Without fanfare or notification to interested parties (including the FHBPA), the Division of Pari-Mutuel Wagering approved the summer jai alai permit for Calder on Feb. 9, 2018.
When the FHBPA heard rumors that Calder was seeking a jai alai permit, the organization promptly filed a records request with the Division of Pari-Mutuel Wagering, asking to see Calder's application and the wagering calculations it may have been based on. The state did not comply fully, according to the complaint, leaving out the requested wagering calculations. As a result the FHBPA compiled its own calculations, based on public records, and concluded that no permit holder qualified from 2005-'06 and 2006-'07 by having the “smallest play” in two consecutive years.
On July 3, 2018, the FHBPA filed a petition with the Division of Pari-Mutuel Wagering for a formal administrative hearing on the issue of the Calder permit.
On July 24, 2018, the Division dismissed the petition with prejudice, saying the FHBPA filing was untimely because it was required to file its petition within 21 days of Calder being quietly approved for the permit on Feb. 9 – not when the FHBPA first learned of the permit months later.
On July 31, 2018, Calder president Adams sent a letter to Robert Ehrhardt, director of the Division of Pari-Mutuel Wagering, seeking clarification on whether it can keep its slots operation going when it switches from Thoroughbred racing to jai alai.
“Calder wishes to discontinue live Thoroughbred racing and to obtain a license to operate a full schedule of live jai alai games under its summer jai alai permit,” Adams wrote. “Calder intends on conducting live jai alai games at the same physical location or piece of property where it currently coinducts Thoroughbred racing. Calder will only make this change if the Division authorizes Calder to continue slot machine gaming while conducting a full schedule of live jai alai games under its summer jai alai permit.”

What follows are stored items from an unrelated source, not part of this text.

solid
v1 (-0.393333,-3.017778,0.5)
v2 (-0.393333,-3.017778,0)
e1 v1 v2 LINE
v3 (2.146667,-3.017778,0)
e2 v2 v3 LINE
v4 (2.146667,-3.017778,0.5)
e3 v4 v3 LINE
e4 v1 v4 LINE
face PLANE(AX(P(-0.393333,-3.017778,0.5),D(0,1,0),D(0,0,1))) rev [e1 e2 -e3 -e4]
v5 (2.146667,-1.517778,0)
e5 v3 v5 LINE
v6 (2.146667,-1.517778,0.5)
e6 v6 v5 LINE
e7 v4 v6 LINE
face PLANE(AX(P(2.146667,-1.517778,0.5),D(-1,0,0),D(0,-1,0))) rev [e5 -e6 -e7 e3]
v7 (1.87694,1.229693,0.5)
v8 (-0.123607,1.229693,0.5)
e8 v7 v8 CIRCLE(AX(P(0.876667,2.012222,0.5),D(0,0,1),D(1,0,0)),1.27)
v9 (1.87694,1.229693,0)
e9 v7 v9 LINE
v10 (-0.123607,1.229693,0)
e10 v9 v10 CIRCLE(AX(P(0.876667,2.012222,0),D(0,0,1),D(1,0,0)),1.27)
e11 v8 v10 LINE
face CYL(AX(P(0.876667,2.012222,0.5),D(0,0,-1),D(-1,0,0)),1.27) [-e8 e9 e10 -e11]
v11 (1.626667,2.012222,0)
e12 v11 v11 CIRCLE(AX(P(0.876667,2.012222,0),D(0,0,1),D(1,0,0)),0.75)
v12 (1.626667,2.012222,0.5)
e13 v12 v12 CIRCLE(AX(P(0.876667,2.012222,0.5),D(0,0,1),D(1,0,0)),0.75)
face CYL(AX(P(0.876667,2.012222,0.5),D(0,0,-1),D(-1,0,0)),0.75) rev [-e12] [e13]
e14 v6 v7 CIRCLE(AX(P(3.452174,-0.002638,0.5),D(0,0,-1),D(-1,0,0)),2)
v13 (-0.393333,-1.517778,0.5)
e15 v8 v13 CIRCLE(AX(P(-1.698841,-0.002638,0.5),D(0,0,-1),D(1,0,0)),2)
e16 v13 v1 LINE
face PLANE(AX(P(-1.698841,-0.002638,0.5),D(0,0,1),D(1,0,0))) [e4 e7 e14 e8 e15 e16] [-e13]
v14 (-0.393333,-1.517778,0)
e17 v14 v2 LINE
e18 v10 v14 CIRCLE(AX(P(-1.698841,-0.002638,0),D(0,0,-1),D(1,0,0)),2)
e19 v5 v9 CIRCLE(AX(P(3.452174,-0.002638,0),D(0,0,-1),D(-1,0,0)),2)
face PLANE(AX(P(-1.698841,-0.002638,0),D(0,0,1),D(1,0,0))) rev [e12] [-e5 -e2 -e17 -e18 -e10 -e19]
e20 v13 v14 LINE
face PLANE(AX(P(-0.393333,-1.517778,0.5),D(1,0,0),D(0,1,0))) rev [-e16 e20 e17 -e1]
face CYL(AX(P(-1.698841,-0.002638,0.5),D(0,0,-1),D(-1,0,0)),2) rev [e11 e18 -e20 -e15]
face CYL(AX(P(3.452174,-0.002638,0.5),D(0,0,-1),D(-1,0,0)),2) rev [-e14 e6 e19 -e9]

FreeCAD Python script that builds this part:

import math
import FreeCAD as App
import Part
import Sketcher

V = App.Vector
Q = App.Units.Quantity

doc = App.newDocument("Part")
body = doc.addObject("PartDesign::Body", "Body")

# Sketch on XY plane
sketch1 = body.newObject("Sketcher::SketchObject", "Sketch")
sketch1.AttachmentSupport = (doc.getObject("XY_Plane"), [""])
sketch1.MapMode = "FlatFace"
sketch1.addGeometry([
    Part.LineSegment(V(-0.4, -3, 0), V(2.1, -3, 0)),  # 0
    Part.LineSegment(V(2.1, -3, 0), V(2.1, -1.5, 0)),  # 1
    Part.ArcOfCircle(Part.Circle(V(3.5, 0, 0), V(0, 0, 1), 2), math.radians(142), math.radians(229)),  # 2
    Part.ArcOfCircle(Part.Circle(V(0.9, 2, 0), V(0, 0, 1), 1.3), math.radians(-38), math.radians(218)),  # 3
    Part.ArcOfCircle(Part.Circle(V(-1.7, 0, 0), V(0, 0, 1), 2), math.radians(-49), math.radians(38)),  # 4
    Part.LineSegment(V(-0.4, -1.5, 0), V(-0.4, -3, 0)),  # 5
    Part.Circle(V(0.9, 2, 0), V(0, 0, 1), 0.8),  # 6
], False)
sketch1.addConstraint([
    Sketcher.Constraint("Coincident", 0, 2, 1, 1),
    Sketcher.Constraint("Coincident", 1, 2, 2, 2),
    Sketcher.Constraint("Tangent", 2, 1, 3, 1),
    Sketcher.Constraint("Tangent", 3, 2, 4, 2),
    Sketcher.Constraint("Coincident", 4, 1, 5, 1),
    Sketcher.Constraint("Coincident", 5, 2, 0, 1),
    Sketcher.Constraint("Horizontal", 0),
    Sketcher.Constraint("Vertical", 1),
    Sketcher.Constraint("Vertical", 5),
    Sketcher.Constraint("Coincident", 6, 3, 3, 3),
    Sketcher.Constraint("Equal", 2, 4),
    Sketcher.Constraint("Horizontal", 2, 3, 4, 3),
    Sketcher.Constraint("Horizontal", 1, 2, 4, 1),
    Sketcher.Constraint("Radius", 2, Q("2 mm")),
    Sketcher.Constraint("Diameter", 6, Q("1.5 mm")),
    Sketcher.Constraint("Radius", 3, Q("1.27 mm")),
    Sketcher.Constraint("DistanceY", 1, 1, 1, 2, Q("1.5 mm")),
    Sketcher.Constraint("DistanceX", 0, 1, 0, 2, Q("2.54 mm")),
    Sketcher.Constraint("DistanceY", 0, 2, 3, 3, Q("5.03 mm")),
    Sketcher.Constraint("DistanceX", 4, 3, -1, 1, Q("1.698841 mm")),
    Sketcher.Constraint("DistanceY", 2, 3, -1, 1, Q("0.002638 mm")),
])
pad1 = body.newObject("PartDesign::Pad", "Pad")
pad1.Profile = sketch1
pad1.Length = 0.5

doc.recompute()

The law does not require summer jai alai permit holders to share revenue from slot machines, as Thoroughbred permit holders are required to do.
The FHBPA lawsuit seeks the administrative hearing it was denied by the Division of Pari-Mutuel Wagering and questions whether the premise on which the permit was based – namely, how the wagering calculations were compiled – is valid. Finally, the FHBPA seeks clarification on whether there is a statute of limitations on permit conversions.

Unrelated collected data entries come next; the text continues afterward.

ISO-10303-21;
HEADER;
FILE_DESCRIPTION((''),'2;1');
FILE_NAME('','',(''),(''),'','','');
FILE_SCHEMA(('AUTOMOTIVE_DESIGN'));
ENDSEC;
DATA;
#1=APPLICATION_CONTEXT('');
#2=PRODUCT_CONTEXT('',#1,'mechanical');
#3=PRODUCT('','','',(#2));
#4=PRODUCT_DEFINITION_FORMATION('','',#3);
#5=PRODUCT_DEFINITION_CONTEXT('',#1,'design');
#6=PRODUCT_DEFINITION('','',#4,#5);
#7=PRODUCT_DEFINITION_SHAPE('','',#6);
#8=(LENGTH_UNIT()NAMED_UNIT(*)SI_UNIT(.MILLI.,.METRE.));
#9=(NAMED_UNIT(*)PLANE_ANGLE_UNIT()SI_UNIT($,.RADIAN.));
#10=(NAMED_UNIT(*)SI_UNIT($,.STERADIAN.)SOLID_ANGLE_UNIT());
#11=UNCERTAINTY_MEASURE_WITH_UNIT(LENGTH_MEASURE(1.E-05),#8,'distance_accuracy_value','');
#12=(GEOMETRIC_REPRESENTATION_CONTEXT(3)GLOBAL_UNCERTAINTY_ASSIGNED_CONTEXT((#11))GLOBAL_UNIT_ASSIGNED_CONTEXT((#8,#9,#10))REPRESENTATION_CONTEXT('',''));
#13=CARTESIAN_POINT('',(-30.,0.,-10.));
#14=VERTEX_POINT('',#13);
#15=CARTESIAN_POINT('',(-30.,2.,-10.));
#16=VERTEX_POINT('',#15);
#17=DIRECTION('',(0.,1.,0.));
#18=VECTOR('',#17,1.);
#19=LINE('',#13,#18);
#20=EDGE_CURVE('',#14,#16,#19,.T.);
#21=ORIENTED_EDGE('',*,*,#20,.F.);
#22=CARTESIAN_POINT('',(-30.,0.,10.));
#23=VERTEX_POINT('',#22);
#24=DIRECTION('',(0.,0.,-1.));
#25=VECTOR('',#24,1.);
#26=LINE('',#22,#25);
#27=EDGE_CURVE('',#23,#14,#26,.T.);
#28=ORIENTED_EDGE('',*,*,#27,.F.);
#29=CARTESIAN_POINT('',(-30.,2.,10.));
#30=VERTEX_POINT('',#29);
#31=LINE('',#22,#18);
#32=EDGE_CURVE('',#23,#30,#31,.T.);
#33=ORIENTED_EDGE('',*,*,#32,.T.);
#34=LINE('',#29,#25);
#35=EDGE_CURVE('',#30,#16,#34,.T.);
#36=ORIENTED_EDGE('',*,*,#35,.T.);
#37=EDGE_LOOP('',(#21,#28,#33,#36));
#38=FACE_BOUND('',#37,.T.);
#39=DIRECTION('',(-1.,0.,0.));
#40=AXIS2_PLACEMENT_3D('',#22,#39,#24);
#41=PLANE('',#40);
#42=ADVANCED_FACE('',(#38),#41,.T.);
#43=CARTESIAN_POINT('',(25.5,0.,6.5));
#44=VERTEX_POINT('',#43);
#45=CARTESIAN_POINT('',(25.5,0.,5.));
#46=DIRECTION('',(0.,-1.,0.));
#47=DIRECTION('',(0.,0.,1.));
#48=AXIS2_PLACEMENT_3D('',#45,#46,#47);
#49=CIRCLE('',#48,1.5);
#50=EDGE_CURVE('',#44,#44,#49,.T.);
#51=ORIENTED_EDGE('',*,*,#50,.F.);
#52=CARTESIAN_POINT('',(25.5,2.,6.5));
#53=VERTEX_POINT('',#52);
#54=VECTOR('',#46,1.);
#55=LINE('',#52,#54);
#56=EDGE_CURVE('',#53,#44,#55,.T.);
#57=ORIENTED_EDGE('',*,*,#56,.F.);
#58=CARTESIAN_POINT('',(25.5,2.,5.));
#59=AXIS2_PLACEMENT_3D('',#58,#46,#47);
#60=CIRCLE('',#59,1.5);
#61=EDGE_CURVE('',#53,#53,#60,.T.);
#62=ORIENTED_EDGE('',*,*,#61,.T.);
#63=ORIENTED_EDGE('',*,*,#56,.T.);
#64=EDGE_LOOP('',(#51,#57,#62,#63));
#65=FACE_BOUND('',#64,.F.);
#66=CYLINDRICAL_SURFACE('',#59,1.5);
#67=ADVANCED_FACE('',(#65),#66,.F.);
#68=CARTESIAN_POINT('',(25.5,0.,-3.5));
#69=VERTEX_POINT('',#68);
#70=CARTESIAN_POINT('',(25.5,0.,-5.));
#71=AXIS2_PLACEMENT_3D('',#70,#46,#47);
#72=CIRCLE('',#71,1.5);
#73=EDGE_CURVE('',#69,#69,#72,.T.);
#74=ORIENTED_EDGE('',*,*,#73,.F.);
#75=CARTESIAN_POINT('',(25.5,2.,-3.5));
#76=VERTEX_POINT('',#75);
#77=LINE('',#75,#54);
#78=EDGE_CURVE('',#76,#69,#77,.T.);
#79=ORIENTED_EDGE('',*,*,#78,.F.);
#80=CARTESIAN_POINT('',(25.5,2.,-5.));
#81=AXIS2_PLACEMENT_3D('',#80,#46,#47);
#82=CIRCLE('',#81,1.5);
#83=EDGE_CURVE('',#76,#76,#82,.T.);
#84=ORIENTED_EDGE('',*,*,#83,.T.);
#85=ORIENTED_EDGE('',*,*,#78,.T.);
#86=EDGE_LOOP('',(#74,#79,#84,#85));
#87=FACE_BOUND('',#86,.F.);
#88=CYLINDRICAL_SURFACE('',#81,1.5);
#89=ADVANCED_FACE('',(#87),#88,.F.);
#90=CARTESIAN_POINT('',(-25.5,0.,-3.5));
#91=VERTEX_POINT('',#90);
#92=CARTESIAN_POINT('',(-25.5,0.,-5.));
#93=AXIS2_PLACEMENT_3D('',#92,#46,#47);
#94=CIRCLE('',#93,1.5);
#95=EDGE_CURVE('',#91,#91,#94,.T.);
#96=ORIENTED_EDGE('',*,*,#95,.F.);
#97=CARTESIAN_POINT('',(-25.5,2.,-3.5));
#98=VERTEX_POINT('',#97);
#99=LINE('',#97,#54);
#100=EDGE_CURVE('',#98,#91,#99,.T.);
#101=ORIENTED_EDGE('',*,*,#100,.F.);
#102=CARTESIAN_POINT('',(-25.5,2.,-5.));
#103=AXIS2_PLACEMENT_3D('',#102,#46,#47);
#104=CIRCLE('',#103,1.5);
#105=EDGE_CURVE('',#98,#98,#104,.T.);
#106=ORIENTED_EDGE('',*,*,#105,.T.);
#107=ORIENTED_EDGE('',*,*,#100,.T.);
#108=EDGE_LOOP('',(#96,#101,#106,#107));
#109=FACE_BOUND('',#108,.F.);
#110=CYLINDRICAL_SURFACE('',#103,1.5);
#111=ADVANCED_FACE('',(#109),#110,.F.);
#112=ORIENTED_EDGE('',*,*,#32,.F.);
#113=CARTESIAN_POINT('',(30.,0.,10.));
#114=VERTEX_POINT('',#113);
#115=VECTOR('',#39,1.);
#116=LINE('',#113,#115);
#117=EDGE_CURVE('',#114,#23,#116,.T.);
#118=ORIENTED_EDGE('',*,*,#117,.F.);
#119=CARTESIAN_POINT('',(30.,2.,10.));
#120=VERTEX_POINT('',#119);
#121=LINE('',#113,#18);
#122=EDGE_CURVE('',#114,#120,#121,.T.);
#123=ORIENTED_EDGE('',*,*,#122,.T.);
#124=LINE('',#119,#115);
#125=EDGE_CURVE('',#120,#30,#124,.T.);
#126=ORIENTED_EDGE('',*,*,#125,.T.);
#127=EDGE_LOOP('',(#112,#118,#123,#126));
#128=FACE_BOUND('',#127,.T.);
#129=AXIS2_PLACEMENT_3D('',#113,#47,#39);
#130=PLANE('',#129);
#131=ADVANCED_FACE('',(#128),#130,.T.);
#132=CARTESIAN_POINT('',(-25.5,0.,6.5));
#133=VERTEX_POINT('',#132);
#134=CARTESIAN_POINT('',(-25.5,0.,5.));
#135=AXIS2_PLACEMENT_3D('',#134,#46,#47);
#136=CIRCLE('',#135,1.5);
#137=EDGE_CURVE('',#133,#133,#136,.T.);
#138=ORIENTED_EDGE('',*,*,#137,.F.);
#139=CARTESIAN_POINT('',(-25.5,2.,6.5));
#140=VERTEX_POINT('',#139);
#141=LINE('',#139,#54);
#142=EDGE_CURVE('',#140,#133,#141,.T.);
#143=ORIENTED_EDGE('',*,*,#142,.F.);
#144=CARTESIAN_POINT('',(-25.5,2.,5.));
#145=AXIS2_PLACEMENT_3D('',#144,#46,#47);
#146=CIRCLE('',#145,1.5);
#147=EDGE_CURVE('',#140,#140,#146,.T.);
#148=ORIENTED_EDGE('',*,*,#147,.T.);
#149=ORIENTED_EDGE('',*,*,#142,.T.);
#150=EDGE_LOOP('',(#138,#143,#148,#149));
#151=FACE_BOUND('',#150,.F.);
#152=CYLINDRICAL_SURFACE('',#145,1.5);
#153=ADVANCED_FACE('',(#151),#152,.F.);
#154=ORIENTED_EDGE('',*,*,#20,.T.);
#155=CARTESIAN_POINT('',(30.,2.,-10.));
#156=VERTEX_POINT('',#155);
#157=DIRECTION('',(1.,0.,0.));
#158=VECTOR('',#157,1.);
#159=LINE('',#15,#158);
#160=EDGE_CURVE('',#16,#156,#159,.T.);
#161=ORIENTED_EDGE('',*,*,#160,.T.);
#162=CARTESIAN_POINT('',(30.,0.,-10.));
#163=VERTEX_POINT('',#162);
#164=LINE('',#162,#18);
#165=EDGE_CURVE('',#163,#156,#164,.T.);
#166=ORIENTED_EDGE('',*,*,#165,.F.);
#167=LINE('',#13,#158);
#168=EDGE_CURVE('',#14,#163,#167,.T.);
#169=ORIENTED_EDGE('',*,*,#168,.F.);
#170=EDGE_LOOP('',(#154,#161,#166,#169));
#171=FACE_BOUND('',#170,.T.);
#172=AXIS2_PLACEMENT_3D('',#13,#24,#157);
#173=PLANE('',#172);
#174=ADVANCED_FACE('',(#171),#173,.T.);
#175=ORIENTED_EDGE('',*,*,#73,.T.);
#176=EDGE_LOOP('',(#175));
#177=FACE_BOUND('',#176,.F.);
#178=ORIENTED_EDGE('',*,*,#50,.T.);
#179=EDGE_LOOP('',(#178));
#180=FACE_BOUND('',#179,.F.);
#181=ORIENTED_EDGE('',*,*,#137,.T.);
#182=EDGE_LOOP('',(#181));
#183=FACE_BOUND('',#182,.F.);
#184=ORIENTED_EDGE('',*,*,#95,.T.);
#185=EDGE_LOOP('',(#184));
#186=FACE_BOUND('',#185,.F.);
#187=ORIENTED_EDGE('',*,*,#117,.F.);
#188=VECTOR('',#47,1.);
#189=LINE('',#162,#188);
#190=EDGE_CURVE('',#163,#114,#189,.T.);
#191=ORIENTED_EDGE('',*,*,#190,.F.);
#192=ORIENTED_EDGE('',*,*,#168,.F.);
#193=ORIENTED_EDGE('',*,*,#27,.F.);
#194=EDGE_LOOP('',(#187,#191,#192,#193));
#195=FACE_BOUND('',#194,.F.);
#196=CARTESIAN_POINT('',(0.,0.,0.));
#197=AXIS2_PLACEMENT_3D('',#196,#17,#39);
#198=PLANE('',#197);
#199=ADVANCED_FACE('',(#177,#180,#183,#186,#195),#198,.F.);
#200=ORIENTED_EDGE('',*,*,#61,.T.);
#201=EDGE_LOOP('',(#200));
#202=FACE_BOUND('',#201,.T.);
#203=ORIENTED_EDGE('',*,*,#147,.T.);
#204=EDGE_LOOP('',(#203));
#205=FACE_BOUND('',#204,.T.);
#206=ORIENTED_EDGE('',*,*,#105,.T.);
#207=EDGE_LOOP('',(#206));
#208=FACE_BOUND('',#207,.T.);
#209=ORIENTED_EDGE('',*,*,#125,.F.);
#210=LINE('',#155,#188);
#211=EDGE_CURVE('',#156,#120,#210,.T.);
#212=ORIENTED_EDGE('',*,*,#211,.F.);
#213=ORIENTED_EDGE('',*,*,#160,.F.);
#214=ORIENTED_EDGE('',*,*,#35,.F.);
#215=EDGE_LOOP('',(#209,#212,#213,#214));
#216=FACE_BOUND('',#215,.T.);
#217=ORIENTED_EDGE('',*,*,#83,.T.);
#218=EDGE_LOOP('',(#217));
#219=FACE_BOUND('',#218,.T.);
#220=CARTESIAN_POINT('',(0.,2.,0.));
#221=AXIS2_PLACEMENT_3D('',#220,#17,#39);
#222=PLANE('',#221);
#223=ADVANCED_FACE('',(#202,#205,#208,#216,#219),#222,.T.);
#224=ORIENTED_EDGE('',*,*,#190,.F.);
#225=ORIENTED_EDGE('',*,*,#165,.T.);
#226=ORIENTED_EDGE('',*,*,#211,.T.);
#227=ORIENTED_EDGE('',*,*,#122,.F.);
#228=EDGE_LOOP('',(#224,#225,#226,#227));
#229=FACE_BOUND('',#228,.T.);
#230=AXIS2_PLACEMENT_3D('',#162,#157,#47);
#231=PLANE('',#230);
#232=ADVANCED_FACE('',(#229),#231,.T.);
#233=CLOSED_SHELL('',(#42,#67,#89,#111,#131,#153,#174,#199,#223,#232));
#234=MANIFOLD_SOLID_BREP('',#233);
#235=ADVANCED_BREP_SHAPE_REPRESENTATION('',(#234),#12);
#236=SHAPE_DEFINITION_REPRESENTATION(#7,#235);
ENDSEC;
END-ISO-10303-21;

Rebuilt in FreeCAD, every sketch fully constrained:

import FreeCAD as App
import Part
import Sketcher

V = App.Vector


def add_polygon(sketch, points):
    """Adds a closed chain of lines whose ends are joined by coincident constraints."""
    first, n = sketch.GeometryCount, len(points)
    for a, b in zip(points, points[1:] + points[:1]):
        sketch.addGeometry(Part.LineSegment(App.Vector(*a, 0), App.Vector(*b, 0)), False)
    for i in range(n):
        sketch.addConstraint(Sketcher.Constraint("Coincident", first + i, 2, first + (i + 1) % n, 1))

doc = App.newDocument("Part")
body = doc.addObject("PartDesign::Body", "Body")

# Sketch on XZ plane
sketch1 = body.newObject("Sketcher::SketchObject", "Sketch")
sketch1.AttachmentSupport = (doc.getObject("XZ_Plane"), [""])
sketch1.MapMode = "FlatFace"
add_polygon(sketch1, [(-30, 10), (30, 10), (30, -10), (-30, -10)])  # lines 0-3
sketch1.addConstraint([
    Sketcher.Constraint("Horizontal", 0),
    Sketcher.Constraint("Vertical", 1),
    Sketcher.Constraint("Horizontal", 2),
    Sketcher.Constraint("Vertical", 3),
    Sketcher.Constraint("Symmetric", 0, 2, 2, 2, -1, 1),
    Sketcher.Constraint("DistanceX", 0, 1, 0, 2, 60.0),
    Sketcher.Constraint("DistanceY", 1, 2, 1, 1, 20.0),
])
pad1 = body.newObject("PartDesign::Pad", "Pad")
pad1.Profile = sketch1
pad1.Length = 2
pad1.Reversed = True

# Sketch on XZ plane
sketch2 = body.newObject("Sketcher::SketchObject", "Sketch001")
sketch2.AttachmentSupport = (doc.getObject("XZ_Plane"), [""])
sketch2.MapMode = "FlatFace"
sketch2.AttachmentOffset = App.Placement(V(0, 0, -2), App.Rotation())
sketch2.addGeometry([
    Part.Circle(V(-25.5, -5, 0), V(0, 0, 1), 1.5),
    Part.Circle(V(-25.5, 5, 0), V(0, 0, 1), 1.5),
    Part.Circle(V(25.5, 5, 0), V(0, 0, 1), 1.5),
    Part.Circle(V(25.5, -5, 0), V(0, 0, 1), 1.5),
], False)
sketch2.addConstraint([
    Sketcher.Constraint("Equal", 0, 1),
    Sketcher.Constraint("Equal", 1, 2),
    Sketcher.Constraint("Equal", 2, 3),
    Sketcher.Constraint("Symmetric", 0, 3, 2, 3, -1, 1),
    Sketcher.Constraint("Symmetric", 1, 3, 3, 3, -1, 1),
    Sketcher.Constraint("Symmetric", 1, 3, 2, 3, -2),
    Sketcher.Constraint("Diameter", 0, 3.0),
    Sketcher.Constraint("DistanceY", 0, 3, -1, 1, 5.0),
    Sketcher.Constraint("DistanceX", 1, 3, 2, 3, 51.0),
])
doc.recompute()
hole = body.newObject("PartDesign::Hole", "Hole")
hole.Profile = sketch2
hole.ThreadType = "None"
hole.Diameter = 3
hole.DepthType = "ThroughAll"
hole.Reversed = True

doc.recompute()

The cold and calculating move by Calder Race Course and its parent company to discontinue live racing is a transparent effort to cut horsemen out of the revenue sharing from slots required by law of a Thoroughbred racetrack. It should be pointed out that it's the same horsemen who financially supported the efforts to get slots approved.
But Calder Race Course isn't the only entity to shaft the FHBPA. The Division of Pari-Mutuel Wagering has treated the horsemen unfairly, too, first by not notifying them that Calder was swapping its permit to cut out live racing, then by denying them an opportunity for an administrative hearing because they didn't protest something they didn't know about quickly enough.
Let's hope the horsemen get a fair hearing in civil court.